'''

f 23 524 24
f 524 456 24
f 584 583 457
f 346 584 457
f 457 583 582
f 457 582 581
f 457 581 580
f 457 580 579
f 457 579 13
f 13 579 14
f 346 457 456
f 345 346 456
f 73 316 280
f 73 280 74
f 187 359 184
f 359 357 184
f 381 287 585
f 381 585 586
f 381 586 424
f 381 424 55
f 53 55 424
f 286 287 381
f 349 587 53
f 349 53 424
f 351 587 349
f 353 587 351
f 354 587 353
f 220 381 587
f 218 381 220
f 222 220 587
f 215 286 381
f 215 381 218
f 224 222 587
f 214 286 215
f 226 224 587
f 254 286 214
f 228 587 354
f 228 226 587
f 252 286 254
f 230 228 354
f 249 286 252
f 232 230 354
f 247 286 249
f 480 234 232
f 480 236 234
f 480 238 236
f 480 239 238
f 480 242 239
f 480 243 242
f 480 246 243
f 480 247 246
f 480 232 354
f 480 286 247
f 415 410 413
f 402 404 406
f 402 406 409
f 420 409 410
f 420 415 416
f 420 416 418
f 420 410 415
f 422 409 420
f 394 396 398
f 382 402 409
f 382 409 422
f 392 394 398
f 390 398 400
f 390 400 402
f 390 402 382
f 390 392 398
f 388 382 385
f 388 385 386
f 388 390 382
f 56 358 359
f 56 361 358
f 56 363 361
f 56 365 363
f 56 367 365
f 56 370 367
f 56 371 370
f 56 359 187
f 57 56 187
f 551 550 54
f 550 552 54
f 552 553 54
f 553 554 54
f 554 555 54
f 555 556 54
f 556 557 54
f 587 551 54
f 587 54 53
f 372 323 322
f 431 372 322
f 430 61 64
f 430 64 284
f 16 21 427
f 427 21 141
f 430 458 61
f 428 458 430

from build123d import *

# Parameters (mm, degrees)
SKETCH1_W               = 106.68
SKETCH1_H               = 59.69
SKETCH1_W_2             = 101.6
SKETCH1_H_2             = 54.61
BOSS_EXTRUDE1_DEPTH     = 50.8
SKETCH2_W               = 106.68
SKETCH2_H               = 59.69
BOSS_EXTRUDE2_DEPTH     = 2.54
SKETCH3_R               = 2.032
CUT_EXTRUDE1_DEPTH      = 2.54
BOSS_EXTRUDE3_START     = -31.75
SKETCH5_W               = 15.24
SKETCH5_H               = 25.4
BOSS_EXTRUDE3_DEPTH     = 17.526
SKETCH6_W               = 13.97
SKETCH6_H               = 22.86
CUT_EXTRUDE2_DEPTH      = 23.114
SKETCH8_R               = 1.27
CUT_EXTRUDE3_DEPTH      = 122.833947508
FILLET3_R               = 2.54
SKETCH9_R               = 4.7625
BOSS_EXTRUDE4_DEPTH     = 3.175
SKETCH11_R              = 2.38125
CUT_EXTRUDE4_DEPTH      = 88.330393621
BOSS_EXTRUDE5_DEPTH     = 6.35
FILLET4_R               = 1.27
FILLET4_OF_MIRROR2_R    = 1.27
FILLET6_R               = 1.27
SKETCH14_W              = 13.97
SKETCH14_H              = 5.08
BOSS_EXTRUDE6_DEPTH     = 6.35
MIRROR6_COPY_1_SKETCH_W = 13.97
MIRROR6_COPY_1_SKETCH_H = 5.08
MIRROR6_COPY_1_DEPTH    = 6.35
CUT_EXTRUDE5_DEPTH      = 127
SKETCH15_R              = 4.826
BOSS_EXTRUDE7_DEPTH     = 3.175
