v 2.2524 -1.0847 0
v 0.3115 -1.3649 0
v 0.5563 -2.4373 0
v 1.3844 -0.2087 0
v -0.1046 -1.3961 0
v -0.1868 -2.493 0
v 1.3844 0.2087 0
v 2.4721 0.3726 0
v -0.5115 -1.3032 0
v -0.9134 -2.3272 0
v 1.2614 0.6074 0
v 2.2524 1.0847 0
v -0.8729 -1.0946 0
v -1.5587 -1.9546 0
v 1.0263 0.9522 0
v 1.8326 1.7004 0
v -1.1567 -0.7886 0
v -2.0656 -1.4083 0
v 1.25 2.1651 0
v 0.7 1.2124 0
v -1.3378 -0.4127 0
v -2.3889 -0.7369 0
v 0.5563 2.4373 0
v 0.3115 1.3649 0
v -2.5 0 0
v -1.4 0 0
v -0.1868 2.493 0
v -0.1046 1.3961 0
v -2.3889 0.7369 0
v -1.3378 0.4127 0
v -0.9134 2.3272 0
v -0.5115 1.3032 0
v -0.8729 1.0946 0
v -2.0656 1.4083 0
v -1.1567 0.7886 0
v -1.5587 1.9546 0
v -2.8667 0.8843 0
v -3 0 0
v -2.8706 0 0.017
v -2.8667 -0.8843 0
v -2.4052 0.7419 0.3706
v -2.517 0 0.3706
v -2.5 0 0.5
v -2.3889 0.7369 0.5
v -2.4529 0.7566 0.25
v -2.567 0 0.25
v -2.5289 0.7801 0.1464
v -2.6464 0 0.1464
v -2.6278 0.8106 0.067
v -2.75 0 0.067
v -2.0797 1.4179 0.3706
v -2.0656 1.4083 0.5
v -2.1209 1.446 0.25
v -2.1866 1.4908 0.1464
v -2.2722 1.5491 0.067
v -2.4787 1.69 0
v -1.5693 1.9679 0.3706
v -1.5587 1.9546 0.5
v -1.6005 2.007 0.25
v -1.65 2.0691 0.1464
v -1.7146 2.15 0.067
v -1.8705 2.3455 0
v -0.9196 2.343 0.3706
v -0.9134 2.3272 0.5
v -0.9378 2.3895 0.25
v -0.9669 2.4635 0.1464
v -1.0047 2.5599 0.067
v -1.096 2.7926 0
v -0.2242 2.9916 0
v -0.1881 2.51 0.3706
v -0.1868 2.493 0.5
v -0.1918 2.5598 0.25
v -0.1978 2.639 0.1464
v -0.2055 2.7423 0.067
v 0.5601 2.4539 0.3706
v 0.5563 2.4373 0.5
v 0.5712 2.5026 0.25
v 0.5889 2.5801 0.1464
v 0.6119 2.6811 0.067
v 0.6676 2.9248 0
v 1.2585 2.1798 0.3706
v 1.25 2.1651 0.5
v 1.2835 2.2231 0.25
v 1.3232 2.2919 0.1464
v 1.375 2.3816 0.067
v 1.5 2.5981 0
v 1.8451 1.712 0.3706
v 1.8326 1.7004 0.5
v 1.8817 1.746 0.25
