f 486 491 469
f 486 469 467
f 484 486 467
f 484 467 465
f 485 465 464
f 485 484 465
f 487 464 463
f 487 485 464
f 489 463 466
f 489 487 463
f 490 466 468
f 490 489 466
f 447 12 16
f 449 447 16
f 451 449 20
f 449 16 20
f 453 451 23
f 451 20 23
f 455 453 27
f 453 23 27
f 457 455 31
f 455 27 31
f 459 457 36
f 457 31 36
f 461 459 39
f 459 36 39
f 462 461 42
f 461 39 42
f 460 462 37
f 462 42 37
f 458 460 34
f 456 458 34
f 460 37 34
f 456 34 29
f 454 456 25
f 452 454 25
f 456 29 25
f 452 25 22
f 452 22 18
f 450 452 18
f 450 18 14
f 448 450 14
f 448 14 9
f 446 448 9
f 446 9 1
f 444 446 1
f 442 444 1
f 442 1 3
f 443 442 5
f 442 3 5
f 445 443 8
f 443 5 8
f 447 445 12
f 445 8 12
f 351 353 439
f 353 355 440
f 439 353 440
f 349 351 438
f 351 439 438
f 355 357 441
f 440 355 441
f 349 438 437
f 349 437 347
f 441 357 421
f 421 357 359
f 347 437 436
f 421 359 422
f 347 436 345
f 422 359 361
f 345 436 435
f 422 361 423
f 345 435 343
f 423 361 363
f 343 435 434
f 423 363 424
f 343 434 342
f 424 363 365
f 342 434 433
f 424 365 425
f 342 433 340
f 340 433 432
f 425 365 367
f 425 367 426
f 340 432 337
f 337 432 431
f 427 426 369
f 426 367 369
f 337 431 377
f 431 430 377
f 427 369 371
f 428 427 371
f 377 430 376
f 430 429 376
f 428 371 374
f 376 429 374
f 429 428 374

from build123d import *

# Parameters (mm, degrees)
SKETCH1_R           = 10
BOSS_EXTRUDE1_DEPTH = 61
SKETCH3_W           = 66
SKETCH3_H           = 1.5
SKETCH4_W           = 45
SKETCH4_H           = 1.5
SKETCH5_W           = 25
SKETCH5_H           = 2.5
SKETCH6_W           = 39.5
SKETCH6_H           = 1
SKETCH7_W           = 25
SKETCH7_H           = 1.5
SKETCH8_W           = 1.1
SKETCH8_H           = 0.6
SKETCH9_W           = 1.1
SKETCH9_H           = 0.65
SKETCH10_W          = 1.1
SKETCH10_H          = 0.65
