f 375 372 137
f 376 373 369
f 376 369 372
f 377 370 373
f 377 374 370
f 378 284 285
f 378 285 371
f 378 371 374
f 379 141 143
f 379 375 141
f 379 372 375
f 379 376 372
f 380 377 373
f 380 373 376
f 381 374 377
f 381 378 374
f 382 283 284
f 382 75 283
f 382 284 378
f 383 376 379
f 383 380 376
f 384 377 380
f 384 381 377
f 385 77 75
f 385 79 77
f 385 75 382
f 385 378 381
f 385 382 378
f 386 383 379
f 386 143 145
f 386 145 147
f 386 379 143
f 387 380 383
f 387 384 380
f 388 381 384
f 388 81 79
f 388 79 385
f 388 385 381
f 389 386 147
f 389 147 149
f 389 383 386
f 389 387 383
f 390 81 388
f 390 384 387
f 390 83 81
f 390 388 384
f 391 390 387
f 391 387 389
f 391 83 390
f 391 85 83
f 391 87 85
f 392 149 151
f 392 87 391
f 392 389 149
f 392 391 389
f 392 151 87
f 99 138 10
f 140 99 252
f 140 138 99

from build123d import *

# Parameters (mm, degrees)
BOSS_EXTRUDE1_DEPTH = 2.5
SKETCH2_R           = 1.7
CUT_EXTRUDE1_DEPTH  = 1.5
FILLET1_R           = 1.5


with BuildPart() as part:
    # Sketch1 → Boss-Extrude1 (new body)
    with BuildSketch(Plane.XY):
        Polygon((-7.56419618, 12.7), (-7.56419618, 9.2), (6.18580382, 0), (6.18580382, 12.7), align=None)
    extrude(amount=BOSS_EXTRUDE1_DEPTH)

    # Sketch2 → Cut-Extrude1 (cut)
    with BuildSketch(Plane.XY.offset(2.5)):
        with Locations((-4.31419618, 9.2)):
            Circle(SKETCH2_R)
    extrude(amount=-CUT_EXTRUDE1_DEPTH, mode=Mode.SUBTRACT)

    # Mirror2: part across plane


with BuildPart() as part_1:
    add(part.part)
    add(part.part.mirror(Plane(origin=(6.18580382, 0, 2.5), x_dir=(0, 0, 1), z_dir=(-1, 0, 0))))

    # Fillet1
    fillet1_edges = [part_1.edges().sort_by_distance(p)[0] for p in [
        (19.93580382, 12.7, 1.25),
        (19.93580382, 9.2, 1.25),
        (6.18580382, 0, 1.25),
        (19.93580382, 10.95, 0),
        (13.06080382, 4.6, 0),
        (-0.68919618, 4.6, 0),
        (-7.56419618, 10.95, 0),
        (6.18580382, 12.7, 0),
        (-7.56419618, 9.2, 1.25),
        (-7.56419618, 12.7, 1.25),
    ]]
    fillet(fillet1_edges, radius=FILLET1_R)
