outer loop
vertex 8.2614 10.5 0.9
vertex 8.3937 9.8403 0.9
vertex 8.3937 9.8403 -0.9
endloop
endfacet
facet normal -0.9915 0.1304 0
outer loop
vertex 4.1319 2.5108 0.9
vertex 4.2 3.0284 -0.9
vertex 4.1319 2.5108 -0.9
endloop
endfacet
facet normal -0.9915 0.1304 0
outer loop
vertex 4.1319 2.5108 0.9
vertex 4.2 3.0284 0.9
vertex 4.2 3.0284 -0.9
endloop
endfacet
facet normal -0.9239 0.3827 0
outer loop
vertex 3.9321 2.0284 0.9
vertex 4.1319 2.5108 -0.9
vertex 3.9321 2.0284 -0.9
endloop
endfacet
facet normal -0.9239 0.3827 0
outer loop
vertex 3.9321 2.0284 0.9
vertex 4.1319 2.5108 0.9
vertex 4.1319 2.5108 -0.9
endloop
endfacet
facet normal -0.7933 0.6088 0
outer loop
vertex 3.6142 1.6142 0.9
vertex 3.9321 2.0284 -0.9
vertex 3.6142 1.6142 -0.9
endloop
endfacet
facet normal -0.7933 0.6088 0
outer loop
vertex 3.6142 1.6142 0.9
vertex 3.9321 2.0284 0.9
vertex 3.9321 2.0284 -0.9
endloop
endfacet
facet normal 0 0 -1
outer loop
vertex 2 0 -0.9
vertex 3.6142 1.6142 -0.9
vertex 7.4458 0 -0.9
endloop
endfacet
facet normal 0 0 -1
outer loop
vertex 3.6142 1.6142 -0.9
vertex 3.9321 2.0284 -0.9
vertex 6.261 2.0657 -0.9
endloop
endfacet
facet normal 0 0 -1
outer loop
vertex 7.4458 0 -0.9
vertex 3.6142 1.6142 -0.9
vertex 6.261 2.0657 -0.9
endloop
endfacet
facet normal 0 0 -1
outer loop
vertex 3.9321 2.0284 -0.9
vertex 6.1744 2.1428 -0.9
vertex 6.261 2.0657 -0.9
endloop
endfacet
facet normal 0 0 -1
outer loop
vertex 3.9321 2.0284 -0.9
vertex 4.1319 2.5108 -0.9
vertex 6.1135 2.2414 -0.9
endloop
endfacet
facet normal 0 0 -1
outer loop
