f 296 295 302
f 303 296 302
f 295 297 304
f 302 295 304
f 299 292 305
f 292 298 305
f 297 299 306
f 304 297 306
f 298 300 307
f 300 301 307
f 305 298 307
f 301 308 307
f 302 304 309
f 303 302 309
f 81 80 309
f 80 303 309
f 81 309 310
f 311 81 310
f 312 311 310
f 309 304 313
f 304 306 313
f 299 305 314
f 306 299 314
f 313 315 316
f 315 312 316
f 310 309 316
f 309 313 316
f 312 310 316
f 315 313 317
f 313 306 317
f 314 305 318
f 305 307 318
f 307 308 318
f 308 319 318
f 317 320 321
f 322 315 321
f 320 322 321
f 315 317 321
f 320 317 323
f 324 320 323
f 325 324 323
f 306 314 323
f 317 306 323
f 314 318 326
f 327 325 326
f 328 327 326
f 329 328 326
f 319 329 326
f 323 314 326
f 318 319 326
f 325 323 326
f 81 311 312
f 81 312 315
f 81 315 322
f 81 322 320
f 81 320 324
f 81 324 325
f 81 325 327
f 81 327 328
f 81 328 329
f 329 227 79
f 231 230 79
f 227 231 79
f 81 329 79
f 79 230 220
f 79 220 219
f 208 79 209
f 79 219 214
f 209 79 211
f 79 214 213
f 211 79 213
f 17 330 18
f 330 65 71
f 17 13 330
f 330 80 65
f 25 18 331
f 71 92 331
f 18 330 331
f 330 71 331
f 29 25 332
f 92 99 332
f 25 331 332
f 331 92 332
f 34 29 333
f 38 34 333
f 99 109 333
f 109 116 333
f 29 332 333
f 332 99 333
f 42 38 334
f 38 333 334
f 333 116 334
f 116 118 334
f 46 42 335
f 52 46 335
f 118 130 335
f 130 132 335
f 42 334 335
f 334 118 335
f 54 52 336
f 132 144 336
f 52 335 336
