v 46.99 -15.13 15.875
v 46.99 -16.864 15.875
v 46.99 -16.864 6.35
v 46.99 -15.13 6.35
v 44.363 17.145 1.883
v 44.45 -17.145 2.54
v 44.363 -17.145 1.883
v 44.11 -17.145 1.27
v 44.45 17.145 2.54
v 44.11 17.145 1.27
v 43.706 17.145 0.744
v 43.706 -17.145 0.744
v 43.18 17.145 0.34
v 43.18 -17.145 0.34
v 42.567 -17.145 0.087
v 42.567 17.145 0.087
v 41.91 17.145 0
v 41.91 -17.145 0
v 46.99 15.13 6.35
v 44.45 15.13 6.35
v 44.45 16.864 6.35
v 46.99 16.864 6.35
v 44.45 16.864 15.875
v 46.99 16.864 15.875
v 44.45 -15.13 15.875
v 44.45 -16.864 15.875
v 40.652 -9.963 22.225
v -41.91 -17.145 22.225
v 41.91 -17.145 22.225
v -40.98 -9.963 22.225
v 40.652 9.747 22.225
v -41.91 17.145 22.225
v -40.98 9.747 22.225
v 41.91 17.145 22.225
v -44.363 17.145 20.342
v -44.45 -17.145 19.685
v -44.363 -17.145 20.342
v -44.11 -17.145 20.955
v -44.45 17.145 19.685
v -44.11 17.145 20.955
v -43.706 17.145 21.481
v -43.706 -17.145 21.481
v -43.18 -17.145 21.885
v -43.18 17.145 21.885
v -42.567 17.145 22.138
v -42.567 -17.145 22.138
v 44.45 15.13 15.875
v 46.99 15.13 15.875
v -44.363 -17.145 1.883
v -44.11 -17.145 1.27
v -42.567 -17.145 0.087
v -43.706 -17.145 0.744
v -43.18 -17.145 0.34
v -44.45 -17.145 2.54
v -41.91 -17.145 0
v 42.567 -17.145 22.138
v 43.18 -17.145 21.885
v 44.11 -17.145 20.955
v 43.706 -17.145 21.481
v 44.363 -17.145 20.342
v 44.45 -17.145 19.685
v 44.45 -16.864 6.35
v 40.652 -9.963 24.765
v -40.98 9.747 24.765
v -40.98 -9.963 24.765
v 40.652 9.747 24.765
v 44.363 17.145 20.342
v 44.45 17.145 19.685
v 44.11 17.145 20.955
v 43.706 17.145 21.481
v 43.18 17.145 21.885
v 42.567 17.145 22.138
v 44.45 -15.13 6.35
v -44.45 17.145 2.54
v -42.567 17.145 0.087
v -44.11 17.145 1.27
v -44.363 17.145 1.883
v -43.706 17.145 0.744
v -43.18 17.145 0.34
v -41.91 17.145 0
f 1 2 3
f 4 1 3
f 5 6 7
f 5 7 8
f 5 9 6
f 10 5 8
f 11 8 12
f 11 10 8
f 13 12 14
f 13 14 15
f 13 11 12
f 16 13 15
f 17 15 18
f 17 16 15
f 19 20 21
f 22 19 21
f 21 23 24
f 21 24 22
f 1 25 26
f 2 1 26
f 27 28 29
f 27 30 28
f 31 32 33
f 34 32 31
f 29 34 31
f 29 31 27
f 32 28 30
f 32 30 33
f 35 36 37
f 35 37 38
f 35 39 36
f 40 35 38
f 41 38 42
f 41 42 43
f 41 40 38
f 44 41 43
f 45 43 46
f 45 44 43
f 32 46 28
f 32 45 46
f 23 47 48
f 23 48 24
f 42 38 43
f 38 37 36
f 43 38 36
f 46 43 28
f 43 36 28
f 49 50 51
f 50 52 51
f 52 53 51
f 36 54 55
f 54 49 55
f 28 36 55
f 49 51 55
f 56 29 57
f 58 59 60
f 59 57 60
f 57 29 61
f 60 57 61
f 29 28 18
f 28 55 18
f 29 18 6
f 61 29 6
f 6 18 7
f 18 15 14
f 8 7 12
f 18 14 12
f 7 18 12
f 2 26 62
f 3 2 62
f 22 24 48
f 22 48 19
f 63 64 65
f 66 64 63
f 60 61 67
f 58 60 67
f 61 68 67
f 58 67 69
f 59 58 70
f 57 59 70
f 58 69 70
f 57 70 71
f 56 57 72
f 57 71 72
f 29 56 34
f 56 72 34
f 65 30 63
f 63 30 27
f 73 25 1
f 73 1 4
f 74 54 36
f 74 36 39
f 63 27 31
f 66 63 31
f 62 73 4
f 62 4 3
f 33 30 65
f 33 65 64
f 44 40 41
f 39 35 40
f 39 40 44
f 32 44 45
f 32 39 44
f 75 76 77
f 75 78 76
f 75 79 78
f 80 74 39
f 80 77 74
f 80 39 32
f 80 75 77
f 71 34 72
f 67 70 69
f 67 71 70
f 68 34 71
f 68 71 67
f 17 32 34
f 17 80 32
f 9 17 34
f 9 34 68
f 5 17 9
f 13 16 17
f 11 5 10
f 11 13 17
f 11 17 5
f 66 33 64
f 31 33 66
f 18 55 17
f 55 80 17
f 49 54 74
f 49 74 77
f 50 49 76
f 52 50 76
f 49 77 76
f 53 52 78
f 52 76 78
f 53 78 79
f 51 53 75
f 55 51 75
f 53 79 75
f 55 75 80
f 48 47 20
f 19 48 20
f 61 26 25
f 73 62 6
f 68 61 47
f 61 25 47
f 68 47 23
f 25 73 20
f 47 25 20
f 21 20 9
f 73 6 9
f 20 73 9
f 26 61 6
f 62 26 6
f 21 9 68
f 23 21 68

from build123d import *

# Parameters (mm, degrees)
SKETCH1_W           = 88.9
SKETCH1_H           = 34.29
BOSS_EXTRUDE1_DEPTH = 22.225
FILLET1_R           = 2.54
SKETCH2_W           = 9.52578488
SKETCH2_H           = 1.733476194
BOSS_EXTRUDE2_DEPTH = 2.54
SKETCH3_W           = 81.632090284
SKETCH3_H           = 19.709925483
BOSS_EXTRUDE3_DEPTH = 2.54


with BuildPart() as part:
    # Sketch1 → Boss-Extrude1 (new body)
    with BuildSketch(Plane.XY):
        Rectangle(SKETCH1_W, SKETCH1_H)
    extrude(amount=BOSS_EXTRUDE1_DEPTH)

    # Fillet1
    fillet1_edges = [part.edges().sort_by_distance(p)[0] for p in [
        (-44.45, 0, 22.225),
        (44.45, 0, 22.225),
        (-44.45, 0, 0),
        (44.45, 0, 0),
    ]]
    fillet(fillet1_edges, radius=FILLET1_R)

    # Sketch2 → Boss-Extrude2 (add)
    with BuildSketch(Plane(origin=(44.45, 0, 0), x_dir=(0, 0, -1), z_dir=(1, 0, 0))):
        with Locations((-11.1125, 15.996812485)):
            Rectangle(SKETCH2_W, SKETCH2_H)
    boss_extrude2 = extrude(amount=BOSS_EXTRUDE2_DEPTH)

    # Mirror1: Boss-Extrude2 across plane
    add(boss_extrude2.mirror(Plane.ZX))

    # Sketch3 → Boss-Extrude3 (add)
    with BuildSketch(Plane.XY.offset(22.225)):
        with Locations((-0.163591475, -0.108131836)):
            Rectangle(SKETCH3_W, SKETCH3_H)
    extrude(amount=BOSS_EXTRUDE3_DEPTH)


solid = part.part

'''

Please reproduce exactly the lines in the listing above from the one containing "v -1.5587 -1.9546 0" through the one containing "v -1.096 2.7926 0", both included, and nothing more.

v -1.5587 -1.9546 0
v 1.0263 0.9522 0
v 1.8326 1.7004 0
v -1.1567 -0.7886 0
v -2.0656 -1.4083 0
v 1.25 2.1651 0
v 0.7 1.2124 0
v -1.3378 -0.4127 0
v -2.3889 -0.7369 0
v 0.5563 2.4373 0
v 0.3115 1.3649 0
v -2.5 0 0
v -1.4 0 0
v -0.1868 2.493 0
v -0.1046 1.3961 0
v -2.3889 0.7369 0
v -1.3378 0.4127 0
v -0.9134 2.3272 0
v -0.5115 1.3032 0
v -0.8729 1.0946 0
v -2.0656 1.4083 0
v -1.1567 0.7886 0
v -1.5587 1.9546 0
v -2.8667 0.8843 0
v -3 0 0
v -2.8706 0 0.017
v -2.8667 -0.8843 0
v -2.4052 0.7419 0.3706
v -2.517 0 0.3706
v -2.5 0 0.5
v -2.3889 0.7369 0.5
v -2.4529 0.7566 0.25
v -2.567 0 0.25
v -2.5289 0.7801 0.1464
v -2.6464 0 0.1464
v -2.6278 0.8106 0.067
v -2.75 0 0.067
v -2.0797 1.4179 0.3706
v -2.0656 1.4083 0.5
v -2.1209 1.446 0.25
v -2.1866 1.4908 0.1464
v -2.2722 1.5491 0.067
v -2.4787 1.69 0
v -1.5693 1.9679 0.3706
v -1.5587 1.9546 0.5
v -1.6005 2.007 0.25
v -1.65 2.0691 0.1464
v -1.7146 2.15 0.067
v -1.8705 2.3455 0
v -0.9196 2.343 0.3706
v -0.9134 2.3272 0.5
v -0.9378 2.3895 0.25
v -0.9669 2.4635 0.1464
v -1.0047 2.5599 0.067
v -1.096 2.7926 0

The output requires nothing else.